Thanx Laurie, writing about that bird’s nest I almost started to cry again!
Oh, Dee…I’m not sure I could have forgiven this, and I might not have wanted to try. When it comes to kids and critters, it’s harder than ever to find forgiveness. Thankfully we can choose not to forget, but if we hold onto that, have we truly forgiven?
Thanks for adding such a wrenching story to our conundrum! And for choosing to end it on such a beautiful, thoughtful note.
Yes it was such a cruel thing to do, I could cry whenever I remember it, but he’s been a dear friend many other times so I forgave. But hope he learned a lesson!
Dana, as others have said, this cruelty seems unforgiveable. You had already forgiven him at lunch, but didn’t you get mad all over again when you came back and saw the poor little fledgling on the grass? And the other one unaccounted for? I’m not suggesting you reopen old wounds now, but still, pretty hard to forgive OR forget.

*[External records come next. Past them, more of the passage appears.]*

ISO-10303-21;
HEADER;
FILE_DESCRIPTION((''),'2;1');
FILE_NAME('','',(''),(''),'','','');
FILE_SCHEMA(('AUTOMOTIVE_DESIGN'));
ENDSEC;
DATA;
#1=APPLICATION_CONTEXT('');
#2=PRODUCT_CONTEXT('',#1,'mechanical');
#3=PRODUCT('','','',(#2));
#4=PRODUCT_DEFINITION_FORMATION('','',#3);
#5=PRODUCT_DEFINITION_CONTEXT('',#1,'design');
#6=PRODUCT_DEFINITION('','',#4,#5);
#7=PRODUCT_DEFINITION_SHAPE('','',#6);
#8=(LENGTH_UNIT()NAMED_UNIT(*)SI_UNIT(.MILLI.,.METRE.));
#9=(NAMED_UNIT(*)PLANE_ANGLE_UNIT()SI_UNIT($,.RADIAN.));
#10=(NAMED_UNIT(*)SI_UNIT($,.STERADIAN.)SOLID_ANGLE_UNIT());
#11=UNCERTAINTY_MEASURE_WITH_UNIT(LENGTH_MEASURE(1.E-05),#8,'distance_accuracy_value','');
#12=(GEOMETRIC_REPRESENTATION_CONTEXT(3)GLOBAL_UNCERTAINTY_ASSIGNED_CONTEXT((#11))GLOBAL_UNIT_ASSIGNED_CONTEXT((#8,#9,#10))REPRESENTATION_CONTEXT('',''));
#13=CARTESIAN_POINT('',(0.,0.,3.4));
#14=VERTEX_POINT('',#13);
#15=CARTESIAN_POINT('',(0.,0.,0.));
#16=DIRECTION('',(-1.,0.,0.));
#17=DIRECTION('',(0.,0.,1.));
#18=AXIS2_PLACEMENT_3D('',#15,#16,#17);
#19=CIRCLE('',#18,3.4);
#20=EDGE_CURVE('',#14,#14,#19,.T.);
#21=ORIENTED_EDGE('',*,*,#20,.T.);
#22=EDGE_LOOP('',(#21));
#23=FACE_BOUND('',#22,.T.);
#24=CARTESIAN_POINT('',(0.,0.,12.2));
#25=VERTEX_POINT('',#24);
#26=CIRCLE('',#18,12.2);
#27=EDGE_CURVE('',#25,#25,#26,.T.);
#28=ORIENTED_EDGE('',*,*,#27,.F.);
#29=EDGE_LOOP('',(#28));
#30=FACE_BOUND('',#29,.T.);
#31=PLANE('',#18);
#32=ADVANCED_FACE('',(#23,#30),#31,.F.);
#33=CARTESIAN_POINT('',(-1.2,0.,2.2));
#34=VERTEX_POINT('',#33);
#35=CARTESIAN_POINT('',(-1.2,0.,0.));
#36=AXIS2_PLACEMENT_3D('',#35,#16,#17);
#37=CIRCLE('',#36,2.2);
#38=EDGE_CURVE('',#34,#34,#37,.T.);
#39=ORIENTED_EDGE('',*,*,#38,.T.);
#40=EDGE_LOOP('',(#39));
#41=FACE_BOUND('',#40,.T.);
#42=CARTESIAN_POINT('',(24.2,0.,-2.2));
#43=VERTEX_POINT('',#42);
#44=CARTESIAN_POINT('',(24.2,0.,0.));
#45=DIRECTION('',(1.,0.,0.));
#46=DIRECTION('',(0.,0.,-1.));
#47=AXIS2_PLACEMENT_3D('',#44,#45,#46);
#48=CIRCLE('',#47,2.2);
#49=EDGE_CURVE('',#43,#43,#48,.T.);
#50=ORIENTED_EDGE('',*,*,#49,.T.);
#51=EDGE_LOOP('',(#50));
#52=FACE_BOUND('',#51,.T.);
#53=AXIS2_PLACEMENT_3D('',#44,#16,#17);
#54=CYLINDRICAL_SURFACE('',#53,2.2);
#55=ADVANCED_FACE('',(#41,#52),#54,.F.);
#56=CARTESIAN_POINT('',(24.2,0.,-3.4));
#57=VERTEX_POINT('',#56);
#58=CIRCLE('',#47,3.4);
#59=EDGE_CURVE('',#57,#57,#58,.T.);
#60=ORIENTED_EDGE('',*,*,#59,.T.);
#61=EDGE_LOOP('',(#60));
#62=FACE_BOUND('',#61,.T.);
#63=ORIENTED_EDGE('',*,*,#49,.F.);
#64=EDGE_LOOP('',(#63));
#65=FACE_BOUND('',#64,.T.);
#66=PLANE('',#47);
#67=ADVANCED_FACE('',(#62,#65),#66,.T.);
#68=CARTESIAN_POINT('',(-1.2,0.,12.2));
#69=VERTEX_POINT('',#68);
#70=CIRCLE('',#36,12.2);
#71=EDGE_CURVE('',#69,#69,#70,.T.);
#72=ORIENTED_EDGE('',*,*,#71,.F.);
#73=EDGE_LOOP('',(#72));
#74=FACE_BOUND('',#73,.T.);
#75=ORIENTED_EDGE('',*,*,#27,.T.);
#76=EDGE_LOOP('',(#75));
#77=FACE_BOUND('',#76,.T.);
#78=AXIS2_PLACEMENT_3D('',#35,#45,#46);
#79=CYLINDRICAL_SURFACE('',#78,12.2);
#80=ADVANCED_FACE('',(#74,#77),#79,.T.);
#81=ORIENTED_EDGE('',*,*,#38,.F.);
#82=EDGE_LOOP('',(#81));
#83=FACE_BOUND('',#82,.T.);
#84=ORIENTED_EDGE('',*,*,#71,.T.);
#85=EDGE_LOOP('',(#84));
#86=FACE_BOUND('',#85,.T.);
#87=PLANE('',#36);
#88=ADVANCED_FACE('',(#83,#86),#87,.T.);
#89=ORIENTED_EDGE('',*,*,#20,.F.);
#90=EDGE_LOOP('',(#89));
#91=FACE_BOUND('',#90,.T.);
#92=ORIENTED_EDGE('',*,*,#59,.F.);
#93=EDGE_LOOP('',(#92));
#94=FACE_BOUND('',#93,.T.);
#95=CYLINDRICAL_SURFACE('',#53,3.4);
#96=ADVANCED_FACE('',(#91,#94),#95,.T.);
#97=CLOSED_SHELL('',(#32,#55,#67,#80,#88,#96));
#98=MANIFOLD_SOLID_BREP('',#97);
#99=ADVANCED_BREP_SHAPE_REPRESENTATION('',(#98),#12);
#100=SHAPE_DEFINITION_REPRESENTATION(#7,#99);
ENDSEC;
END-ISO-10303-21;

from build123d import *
from build123d.topology import SkipClean

# Parameters (mm, degrees)
SKETCH1_R           = 3.4
SKETCH1_R_2         = 2.2
BOSS_EXTRUDE1_DEPTH = 24.2
BOSS_EXTRUDE2_START = 1.2
SKETCH3_R           = 12.2
SKETCH3_R_2         = 2.2
BOSS_EXTRUDE2_DEPTH = 1.2


with BuildPart() as part:
    # Sketch1 → Boss-Extrude1 (new body)
    with BuildSketch(Plane(origin=(0, 0, 0), x_dir=(0, 0, -1), z_dir=(1, 0, 0))):
        Circle(SKETCH1_R)
        Circle(SKETCH1_R_2, mode=Mode.SUBTRACT)
    extrude(amount=BOSS_EXTRUDE1_DEPTH)

    # Sketch3 → Boss-Extrude2 (add)
    with SkipClean():  # the faces are left unmerged after this step: merging them gives an invalid solid
        with BuildSketch(Plane.ZY.offset(BOSS_EXTRUDE2_START)):
            Circle(SKETCH3_R)
            Circle(SKETCH3_R_2, mode=Mode.SUBTRACT)
        extrude(amount=-BOSS_EXTRUDE2_DEPTH)


solid = part.part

Yes Suzy, I did get emotional again seeing that helpless and I assume wounded little bird, and remembering it now am angry at my friend all over again altho it was about a dozen years ago!
I guess I’ll never forget what he did that day, but we have remained good friends, and after all I’ve surely been cruel at times too – but never towards animals!
A memorable and very painful incident, Dana, and I am so impressed that you were able to forgive your friend. It moved me just to read about it, let alone experience it, especially when the poor fledgling was being fed on the ground.
Yes M, it was so painful and cruel of him but he’s a very good friend, and he was repentant.
Perhaps it made me more aware never to step on an ant or squish a bug!
Wow, it must have been tough to relive this by writing about it! I was as shocked as you were when he grabbed that hose…thanks for sharing this experience.
Yes I got teary remembering it.
I do love animals, they never disappoint, do they!
Hello Dana, I have just read your story of two years ago. Did it speak to me! I think the difficult thing in the forgive-forget process may be that you continue to (have to) see J, which may activate an automatic flash-back in your mind’s eye. (I dread running into, around town, the mean girls who did me wrong.) And also, may I say, you can be sure that J’s heart was touched that day by your sorrow. Unless we are sociopaths we do not want to hurt others. It was a memory and a shame he still bears, you can be sure. You did him a favor.
Thanx Susan. Yes J is still a friend but of course you’re right, I may have forgiven but I can’t forget!